When the app is installed, it does not configure itself to run automatically, as that requires additional privileges. Instead, it relies on the normal Android app installation flow, which prompts users to ‘Open’ an app after it is installed.

Furthermore, the apps do not utilize an icon and have a UTF-8 character in the app’s label, making it harder to spot. This is a double-edged sword, as it also means if a user does not start the app after it’s installed, it likely won’t be launched after.

If launched, the app will display an error message stating that the “Application is unavailable in your region. Tap OK to uninstall.”

However, in reality, the app is not uninstalled but simply sleeps for two hours before registering two ‘intents‘ that cause the app to launch when the device is booted or when the device is unlocked. Bitdefender says the latter intent is disabled for the first two days, likely to evade detection by the user.

When launched, the app will reach out to the attackers’ servers and retrieve advertisement URLs to be displayed in the mobile browser or as a full-screen WebView ad.

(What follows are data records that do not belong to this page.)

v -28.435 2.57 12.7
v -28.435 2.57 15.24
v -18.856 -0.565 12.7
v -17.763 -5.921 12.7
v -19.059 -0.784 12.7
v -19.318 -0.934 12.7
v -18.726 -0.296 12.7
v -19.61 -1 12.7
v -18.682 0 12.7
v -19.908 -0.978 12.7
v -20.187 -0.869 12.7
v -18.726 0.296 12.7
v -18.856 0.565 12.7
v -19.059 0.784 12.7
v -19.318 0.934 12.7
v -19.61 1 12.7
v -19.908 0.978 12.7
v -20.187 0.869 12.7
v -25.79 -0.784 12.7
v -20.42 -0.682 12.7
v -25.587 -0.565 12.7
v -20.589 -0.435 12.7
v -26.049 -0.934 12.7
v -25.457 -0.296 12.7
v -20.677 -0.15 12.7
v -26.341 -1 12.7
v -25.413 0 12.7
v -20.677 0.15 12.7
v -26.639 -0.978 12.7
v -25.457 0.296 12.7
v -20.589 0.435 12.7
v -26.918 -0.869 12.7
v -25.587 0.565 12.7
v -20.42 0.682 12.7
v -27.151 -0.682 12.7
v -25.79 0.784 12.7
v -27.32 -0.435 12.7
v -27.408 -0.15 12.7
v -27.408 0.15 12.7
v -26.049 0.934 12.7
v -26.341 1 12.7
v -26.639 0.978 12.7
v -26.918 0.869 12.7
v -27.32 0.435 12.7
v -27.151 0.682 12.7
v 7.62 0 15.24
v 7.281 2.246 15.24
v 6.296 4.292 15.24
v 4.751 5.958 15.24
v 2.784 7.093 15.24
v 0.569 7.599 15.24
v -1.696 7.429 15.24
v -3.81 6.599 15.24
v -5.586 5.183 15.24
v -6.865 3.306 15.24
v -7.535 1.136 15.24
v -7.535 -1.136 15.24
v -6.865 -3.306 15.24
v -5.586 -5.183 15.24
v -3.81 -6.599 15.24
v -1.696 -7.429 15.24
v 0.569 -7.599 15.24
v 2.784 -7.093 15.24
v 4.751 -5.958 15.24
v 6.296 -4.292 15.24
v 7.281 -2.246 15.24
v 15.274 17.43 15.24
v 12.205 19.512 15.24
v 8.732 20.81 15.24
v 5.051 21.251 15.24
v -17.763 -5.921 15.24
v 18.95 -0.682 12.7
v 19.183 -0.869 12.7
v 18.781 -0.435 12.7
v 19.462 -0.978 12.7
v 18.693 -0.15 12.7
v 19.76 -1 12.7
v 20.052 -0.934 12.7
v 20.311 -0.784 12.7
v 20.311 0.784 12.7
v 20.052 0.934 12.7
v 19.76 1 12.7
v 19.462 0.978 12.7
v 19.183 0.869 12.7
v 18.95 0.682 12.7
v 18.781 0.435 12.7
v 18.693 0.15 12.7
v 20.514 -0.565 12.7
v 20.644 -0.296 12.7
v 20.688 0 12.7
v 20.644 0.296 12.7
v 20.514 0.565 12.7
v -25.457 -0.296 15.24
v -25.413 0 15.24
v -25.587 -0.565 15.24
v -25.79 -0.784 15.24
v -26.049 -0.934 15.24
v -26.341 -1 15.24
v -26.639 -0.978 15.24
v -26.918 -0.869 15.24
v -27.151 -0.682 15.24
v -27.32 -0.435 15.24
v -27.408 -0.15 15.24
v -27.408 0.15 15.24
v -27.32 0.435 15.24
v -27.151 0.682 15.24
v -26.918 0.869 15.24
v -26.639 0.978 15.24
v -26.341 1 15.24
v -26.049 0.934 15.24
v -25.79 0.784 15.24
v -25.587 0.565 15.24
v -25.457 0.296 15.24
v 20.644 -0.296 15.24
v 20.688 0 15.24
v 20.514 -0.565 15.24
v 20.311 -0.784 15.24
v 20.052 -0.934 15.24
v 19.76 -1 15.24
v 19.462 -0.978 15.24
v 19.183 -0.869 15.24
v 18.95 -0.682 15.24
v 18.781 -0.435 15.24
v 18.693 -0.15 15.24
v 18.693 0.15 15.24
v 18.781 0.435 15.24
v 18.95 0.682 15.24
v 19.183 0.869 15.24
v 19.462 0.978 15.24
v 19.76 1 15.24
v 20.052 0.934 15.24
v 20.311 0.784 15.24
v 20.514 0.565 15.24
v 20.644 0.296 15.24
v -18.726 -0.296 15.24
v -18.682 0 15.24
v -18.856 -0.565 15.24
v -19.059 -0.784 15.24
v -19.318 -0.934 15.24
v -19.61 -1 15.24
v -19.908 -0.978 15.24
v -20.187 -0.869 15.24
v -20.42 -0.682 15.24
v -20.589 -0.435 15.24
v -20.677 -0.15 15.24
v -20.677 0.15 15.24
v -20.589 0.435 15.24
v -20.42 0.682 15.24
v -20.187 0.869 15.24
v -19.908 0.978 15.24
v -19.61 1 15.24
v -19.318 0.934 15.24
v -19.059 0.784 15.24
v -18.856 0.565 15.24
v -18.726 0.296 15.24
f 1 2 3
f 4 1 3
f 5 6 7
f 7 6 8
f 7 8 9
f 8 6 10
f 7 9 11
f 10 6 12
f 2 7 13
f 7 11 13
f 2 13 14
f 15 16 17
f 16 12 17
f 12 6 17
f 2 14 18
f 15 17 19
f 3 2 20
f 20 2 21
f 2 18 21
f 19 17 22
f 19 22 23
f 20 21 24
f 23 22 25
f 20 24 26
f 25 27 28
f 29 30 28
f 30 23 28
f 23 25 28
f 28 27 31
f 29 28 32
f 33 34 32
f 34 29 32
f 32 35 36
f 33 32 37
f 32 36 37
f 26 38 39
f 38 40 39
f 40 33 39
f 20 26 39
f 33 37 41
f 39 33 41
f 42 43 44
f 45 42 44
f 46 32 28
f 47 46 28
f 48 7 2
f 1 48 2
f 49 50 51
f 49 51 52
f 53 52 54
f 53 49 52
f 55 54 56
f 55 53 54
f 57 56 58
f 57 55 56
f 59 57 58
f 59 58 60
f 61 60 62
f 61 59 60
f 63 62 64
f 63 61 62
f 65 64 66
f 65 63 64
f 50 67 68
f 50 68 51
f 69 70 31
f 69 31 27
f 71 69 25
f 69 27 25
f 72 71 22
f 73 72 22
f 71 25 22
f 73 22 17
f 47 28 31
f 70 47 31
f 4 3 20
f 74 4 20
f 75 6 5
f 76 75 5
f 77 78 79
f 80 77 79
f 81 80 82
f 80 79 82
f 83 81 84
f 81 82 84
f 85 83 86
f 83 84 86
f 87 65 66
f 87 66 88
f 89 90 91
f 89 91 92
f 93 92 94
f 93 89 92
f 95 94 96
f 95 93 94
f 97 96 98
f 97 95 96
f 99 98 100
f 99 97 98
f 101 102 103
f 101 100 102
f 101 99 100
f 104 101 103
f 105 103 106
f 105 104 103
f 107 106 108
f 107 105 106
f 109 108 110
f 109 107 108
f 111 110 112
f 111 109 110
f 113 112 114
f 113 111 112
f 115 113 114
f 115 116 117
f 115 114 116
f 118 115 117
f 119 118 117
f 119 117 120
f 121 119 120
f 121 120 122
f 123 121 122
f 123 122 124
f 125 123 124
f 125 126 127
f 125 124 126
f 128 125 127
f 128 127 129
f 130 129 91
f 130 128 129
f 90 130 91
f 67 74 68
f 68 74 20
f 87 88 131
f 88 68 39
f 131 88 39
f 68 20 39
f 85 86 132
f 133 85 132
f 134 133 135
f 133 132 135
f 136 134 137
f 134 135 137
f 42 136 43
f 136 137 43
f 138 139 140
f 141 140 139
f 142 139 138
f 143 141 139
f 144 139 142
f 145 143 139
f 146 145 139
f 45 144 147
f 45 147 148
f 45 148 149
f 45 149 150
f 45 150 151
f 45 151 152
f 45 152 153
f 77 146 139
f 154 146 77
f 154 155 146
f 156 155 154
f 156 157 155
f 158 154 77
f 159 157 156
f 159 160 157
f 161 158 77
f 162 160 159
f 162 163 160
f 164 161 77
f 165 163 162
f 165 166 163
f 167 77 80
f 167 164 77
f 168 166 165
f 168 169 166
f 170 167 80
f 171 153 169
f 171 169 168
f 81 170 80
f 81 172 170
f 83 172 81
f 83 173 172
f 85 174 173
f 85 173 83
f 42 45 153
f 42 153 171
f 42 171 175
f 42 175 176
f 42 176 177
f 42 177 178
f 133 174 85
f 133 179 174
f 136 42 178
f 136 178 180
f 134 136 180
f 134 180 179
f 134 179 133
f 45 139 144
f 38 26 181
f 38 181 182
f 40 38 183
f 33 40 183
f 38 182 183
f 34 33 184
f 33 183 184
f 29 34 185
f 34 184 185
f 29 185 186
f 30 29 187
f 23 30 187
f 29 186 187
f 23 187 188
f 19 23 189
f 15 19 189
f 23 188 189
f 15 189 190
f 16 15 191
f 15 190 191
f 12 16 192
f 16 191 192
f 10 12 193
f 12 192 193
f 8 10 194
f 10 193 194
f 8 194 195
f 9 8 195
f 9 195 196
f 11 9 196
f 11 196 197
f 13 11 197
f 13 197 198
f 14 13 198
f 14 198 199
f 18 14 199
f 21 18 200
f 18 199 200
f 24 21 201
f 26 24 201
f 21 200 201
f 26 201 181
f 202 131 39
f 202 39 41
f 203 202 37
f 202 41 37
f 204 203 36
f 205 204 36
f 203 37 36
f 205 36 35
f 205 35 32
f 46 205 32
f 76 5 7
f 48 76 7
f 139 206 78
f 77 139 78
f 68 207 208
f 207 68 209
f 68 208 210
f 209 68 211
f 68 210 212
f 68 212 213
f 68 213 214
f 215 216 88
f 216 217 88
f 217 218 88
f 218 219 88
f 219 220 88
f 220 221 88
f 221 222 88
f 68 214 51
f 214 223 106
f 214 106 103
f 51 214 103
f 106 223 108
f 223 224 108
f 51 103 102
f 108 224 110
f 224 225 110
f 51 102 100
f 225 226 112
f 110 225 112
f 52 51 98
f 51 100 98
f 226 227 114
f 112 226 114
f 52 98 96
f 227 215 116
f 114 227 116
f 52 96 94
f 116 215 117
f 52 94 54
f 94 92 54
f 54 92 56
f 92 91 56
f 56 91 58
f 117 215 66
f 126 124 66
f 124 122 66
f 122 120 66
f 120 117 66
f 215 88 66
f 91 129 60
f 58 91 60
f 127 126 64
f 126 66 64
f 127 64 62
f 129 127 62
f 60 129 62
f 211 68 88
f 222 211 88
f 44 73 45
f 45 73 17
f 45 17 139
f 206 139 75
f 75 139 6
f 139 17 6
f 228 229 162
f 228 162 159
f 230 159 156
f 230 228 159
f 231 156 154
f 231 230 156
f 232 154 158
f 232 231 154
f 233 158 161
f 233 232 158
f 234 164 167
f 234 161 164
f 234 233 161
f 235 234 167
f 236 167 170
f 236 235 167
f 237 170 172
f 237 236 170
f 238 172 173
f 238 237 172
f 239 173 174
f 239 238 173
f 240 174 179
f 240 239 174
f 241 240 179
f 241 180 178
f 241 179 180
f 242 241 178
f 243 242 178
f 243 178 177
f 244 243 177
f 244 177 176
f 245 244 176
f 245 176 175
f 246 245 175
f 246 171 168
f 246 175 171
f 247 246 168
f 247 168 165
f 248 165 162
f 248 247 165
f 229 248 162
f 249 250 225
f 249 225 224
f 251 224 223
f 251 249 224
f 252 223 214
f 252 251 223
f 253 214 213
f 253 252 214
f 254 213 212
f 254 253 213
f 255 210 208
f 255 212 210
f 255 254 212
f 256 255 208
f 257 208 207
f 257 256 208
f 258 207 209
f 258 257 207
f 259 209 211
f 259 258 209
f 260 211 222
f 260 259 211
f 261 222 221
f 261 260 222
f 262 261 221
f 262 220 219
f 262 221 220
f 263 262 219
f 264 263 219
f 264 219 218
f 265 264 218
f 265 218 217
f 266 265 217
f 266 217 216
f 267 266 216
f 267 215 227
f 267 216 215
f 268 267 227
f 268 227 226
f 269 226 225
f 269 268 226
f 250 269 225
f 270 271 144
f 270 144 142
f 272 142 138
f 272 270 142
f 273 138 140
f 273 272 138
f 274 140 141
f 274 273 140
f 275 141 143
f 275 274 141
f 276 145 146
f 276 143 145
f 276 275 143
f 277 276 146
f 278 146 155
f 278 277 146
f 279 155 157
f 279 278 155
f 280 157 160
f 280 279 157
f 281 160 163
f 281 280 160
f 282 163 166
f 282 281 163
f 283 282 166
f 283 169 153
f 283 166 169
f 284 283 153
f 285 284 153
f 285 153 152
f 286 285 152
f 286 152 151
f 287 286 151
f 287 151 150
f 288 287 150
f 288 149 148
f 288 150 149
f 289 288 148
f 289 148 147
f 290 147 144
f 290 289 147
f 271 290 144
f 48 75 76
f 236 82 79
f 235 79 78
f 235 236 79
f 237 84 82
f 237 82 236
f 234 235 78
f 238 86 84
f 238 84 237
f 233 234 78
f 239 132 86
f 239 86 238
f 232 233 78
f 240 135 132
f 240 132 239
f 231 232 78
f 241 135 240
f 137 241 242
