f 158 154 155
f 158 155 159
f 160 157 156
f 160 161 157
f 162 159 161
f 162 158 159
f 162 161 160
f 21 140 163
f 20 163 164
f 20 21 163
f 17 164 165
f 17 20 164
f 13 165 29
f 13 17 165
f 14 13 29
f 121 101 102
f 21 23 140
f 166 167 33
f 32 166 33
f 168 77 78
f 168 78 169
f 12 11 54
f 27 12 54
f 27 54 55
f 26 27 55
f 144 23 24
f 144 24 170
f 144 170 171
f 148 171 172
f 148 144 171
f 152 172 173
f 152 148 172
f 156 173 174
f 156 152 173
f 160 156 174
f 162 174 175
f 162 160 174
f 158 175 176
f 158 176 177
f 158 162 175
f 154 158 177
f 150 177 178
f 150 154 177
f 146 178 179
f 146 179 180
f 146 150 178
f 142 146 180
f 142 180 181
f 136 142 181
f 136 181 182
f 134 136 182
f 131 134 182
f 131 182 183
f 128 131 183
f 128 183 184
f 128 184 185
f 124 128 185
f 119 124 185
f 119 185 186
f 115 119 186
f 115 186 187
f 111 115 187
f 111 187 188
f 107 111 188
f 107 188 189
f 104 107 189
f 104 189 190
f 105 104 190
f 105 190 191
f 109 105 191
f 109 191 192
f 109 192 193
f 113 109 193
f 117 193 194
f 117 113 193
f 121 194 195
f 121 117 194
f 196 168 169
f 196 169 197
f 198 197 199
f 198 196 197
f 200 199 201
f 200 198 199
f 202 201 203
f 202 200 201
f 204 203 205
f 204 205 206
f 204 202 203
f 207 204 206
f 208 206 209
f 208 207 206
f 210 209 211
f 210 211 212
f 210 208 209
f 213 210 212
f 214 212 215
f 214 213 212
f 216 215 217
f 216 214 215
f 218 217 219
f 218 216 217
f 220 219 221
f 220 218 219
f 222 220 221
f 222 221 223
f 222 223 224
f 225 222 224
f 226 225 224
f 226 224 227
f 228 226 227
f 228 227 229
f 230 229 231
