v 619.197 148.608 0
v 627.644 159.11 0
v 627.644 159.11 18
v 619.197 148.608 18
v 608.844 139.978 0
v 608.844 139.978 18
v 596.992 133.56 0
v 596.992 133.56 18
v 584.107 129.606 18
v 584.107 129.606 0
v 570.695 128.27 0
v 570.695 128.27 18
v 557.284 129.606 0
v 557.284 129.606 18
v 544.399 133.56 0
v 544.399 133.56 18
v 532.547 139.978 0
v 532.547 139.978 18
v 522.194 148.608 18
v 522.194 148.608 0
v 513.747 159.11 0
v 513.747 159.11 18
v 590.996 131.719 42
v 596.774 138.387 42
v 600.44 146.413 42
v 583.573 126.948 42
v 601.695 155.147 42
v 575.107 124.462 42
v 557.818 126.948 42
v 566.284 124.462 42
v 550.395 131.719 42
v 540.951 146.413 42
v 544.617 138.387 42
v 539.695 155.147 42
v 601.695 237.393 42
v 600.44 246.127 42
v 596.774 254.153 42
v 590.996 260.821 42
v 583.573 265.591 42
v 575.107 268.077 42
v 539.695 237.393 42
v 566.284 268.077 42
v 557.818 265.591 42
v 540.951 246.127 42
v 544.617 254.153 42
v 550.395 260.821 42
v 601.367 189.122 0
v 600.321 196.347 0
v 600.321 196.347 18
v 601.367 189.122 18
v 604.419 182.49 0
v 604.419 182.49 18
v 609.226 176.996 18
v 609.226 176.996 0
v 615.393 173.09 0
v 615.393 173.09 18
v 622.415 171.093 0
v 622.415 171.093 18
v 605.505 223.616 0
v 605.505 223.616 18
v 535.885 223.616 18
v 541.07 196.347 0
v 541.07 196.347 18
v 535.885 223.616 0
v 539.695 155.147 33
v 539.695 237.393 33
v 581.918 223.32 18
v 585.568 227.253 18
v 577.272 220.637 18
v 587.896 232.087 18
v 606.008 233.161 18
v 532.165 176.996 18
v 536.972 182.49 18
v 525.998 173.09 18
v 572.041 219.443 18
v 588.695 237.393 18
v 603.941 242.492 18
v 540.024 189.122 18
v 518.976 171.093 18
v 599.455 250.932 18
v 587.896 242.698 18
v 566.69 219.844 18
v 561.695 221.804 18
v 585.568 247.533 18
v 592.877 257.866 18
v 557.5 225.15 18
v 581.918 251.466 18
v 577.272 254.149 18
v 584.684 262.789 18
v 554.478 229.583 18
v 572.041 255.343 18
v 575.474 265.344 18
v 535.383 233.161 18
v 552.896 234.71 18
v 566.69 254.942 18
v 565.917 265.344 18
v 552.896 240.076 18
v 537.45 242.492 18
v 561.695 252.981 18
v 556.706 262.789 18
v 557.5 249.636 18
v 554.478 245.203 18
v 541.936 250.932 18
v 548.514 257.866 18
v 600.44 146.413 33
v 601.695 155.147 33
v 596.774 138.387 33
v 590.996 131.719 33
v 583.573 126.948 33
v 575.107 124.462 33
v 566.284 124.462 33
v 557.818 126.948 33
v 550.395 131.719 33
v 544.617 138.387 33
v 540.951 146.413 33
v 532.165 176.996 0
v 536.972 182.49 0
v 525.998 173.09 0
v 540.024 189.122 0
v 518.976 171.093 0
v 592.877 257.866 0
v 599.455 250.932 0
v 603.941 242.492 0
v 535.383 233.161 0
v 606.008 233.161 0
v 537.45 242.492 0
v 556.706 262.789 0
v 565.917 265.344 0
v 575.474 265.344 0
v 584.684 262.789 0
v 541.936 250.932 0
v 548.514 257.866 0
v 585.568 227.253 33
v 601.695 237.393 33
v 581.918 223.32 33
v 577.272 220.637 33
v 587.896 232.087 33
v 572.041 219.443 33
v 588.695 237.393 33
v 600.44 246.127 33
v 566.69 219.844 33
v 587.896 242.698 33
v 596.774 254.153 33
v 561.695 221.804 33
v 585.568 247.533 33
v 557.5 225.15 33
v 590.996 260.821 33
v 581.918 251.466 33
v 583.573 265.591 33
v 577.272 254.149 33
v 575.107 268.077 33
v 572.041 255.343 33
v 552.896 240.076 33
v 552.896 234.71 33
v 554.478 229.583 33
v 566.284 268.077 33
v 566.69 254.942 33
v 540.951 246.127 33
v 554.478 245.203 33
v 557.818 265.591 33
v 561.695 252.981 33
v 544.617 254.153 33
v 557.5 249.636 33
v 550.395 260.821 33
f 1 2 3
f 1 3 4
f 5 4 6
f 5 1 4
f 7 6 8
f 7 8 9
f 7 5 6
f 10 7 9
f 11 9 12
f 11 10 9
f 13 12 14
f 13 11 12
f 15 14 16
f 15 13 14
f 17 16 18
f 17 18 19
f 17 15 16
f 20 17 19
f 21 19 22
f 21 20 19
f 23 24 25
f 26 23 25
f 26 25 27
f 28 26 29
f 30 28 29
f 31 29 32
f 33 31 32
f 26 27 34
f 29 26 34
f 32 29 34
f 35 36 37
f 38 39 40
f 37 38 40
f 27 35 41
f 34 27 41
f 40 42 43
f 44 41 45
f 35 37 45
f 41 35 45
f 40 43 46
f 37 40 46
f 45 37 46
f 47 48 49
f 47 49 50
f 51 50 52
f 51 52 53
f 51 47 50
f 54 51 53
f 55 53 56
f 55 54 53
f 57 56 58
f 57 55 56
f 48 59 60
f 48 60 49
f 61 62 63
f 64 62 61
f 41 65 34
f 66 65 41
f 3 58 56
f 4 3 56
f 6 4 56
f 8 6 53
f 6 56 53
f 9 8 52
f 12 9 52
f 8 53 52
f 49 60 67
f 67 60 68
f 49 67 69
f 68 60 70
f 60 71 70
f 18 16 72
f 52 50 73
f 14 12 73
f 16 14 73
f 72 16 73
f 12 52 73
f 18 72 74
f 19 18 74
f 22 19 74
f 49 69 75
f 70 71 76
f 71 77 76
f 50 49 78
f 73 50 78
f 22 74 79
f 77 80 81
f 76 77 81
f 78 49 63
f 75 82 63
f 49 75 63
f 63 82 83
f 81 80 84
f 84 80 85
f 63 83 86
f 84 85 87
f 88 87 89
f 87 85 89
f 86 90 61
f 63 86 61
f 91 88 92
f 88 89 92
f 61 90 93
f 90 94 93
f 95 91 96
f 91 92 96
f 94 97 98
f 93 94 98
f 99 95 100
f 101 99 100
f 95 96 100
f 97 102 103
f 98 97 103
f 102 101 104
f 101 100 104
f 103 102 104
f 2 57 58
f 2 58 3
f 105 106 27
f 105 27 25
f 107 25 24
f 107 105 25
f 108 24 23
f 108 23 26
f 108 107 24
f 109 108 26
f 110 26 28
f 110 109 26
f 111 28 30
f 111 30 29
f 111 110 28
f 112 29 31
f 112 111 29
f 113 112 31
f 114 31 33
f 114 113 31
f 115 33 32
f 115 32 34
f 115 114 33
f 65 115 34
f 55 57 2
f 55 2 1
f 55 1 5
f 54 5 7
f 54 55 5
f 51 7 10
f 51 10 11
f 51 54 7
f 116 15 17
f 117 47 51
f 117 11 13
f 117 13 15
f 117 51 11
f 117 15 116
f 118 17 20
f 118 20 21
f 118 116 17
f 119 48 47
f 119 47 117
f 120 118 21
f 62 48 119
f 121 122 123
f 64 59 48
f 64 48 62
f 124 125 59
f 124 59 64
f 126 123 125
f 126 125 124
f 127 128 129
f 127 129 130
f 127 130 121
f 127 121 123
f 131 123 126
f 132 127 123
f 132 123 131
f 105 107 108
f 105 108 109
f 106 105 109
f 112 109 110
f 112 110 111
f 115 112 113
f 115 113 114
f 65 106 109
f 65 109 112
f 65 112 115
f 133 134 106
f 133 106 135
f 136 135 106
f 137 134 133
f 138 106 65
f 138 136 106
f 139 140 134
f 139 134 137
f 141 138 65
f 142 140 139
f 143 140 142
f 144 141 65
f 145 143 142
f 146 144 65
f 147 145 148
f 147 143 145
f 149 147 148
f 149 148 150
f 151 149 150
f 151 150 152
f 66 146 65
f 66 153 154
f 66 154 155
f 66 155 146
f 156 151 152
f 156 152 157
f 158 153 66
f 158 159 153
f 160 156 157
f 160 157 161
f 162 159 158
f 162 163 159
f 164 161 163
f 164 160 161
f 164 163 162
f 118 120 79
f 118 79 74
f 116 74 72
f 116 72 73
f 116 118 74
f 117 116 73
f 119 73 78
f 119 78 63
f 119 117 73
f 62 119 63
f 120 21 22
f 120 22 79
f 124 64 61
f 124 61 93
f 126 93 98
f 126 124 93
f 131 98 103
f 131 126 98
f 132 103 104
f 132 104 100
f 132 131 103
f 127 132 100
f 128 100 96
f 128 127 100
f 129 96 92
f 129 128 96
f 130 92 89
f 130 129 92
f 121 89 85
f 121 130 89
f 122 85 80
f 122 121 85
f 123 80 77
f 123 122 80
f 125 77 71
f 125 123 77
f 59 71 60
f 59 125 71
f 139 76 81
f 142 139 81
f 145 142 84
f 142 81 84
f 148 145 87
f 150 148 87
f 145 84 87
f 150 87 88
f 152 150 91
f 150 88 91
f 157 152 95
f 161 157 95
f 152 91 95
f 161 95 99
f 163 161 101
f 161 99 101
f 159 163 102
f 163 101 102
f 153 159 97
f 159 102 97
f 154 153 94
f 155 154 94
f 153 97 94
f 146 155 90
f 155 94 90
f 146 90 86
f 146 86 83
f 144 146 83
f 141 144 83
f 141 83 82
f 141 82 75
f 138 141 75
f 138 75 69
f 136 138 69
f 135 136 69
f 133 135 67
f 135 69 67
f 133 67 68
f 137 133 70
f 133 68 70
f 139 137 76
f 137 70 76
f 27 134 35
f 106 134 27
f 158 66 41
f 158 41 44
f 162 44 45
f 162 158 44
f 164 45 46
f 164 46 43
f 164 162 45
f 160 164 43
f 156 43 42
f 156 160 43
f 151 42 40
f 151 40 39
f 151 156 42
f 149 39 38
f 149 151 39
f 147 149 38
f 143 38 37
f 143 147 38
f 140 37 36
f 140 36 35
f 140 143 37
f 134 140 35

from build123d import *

# Parameters (mm, degrees)
EXTRUDE_1_DEPTH = 18
SKETCH_2_R      = 18
EXTRUDE_2_DEPTH = 15
EXTRUDE_3_DEPTH = 9


with BuildPart() as part:
    # Эскиз1 → Бобышка-Вытянуть1 (new body)
    with BuildSketch(Plane.XY):
        with BuildLine():
            Line((513.746536265, 159.110381716), (518.975806012, 171.093022728))
            ThreePointArc((518.975806012, 171.093022728), (534.766582533, 179.569802198), (541.069644925, 196.347043265))
            Line((541.069644925, 196.347043265), (535.885484235, 223.616162023))
            ThreePointArc((535.885484235, 223.616162023), (570.695429585, 265.667333265), (605.505374934, 223.616162023))
            Line((605.505374934, 223.616162023), (600.321214244, 196.347043265))
            ThreePointArc((600.321214244, 196.347043265), (606.624276637, 179.569802198), (622.415053158, 171.093022728))
            Line((622.415053158, 171.093022728), (627.644322904, 159.110381716))
            ThreePointArc((627.644322904, 159.110381716), (570.695429585, 128.269815911), (513.746536265, 159.110381716))
        make_face()
    extrude(amount=EXTRUDE_1_DEPTH)


with BuildPart() as body_2:
    # Эскиз2 → Бобышка-Вытянуть2 (new body)
    with BuildSketch(Plane.XY.offset(18)):
        with Locations((570.695429585, 237.392875312)):
            Circle(SKETCH_2_R)
    extrude(amount=EXTRUDE_2_DEPTH)


with BuildPart() as body_3:
    # Эскиз4 → Бобышка-Вытянуть3 (new body)
    with BuildSketch(Plane.XY.offset(33)):
        with BuildLine():
            Line((539.695429585, 155.14675651), (539.695429585, 237.392875312))
            ThreePointArc((539.695429585, 237.392875312), (570.695429585, 268.392875312), (601.695429585, 237.392875312))
            Line((601.695429585, 237.392875312), (601.695429585, 155.14675651))
            ThreePointArc((601.695429585, 155.14675651), (570.695429585, 124.14675651), (539.695429585, 155.14675651))
        make_face()
    extrude(amount=EXTRUDE_3_DEPTH)

    # Combine 3: union part, body 2
    add(part.part)
    add(body_2.part)


solid = body_3.part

While the malicious apps are currently only used to display advertisements, the researchers warn that the threat actors could easily swap out the adware URLs for more malicious websites.

“Upon analysis, the campaign is designed to aggressively push adware to Android devices with the purpose of driving revenue,” warns Bitdefender.

“However, the threat actors involved can easily switch tactics to redirect users to other types of malware, such as banking Trojans to steal credentials and financial information or ransomware.”

Android devices are highly targeted by malware developers as they are able to install applications outside of the Google Play Store, where they are not better inspected for malware.

However, threat actors continue to evade detection, even on Google Play, allowing broad distribution of malicious apps.

Just this past week, researchers from Dr. Web and CloudSEK discovered a malicious spyware SDK installed over 400 million times on Android devices from apps on Google Play.

While Google Play still has its share of malicious apps, installing your Android apps from the official Android store is far safer. It is also strongly advised not to install any Android apps from third-party sites, as they are a common vector for malware.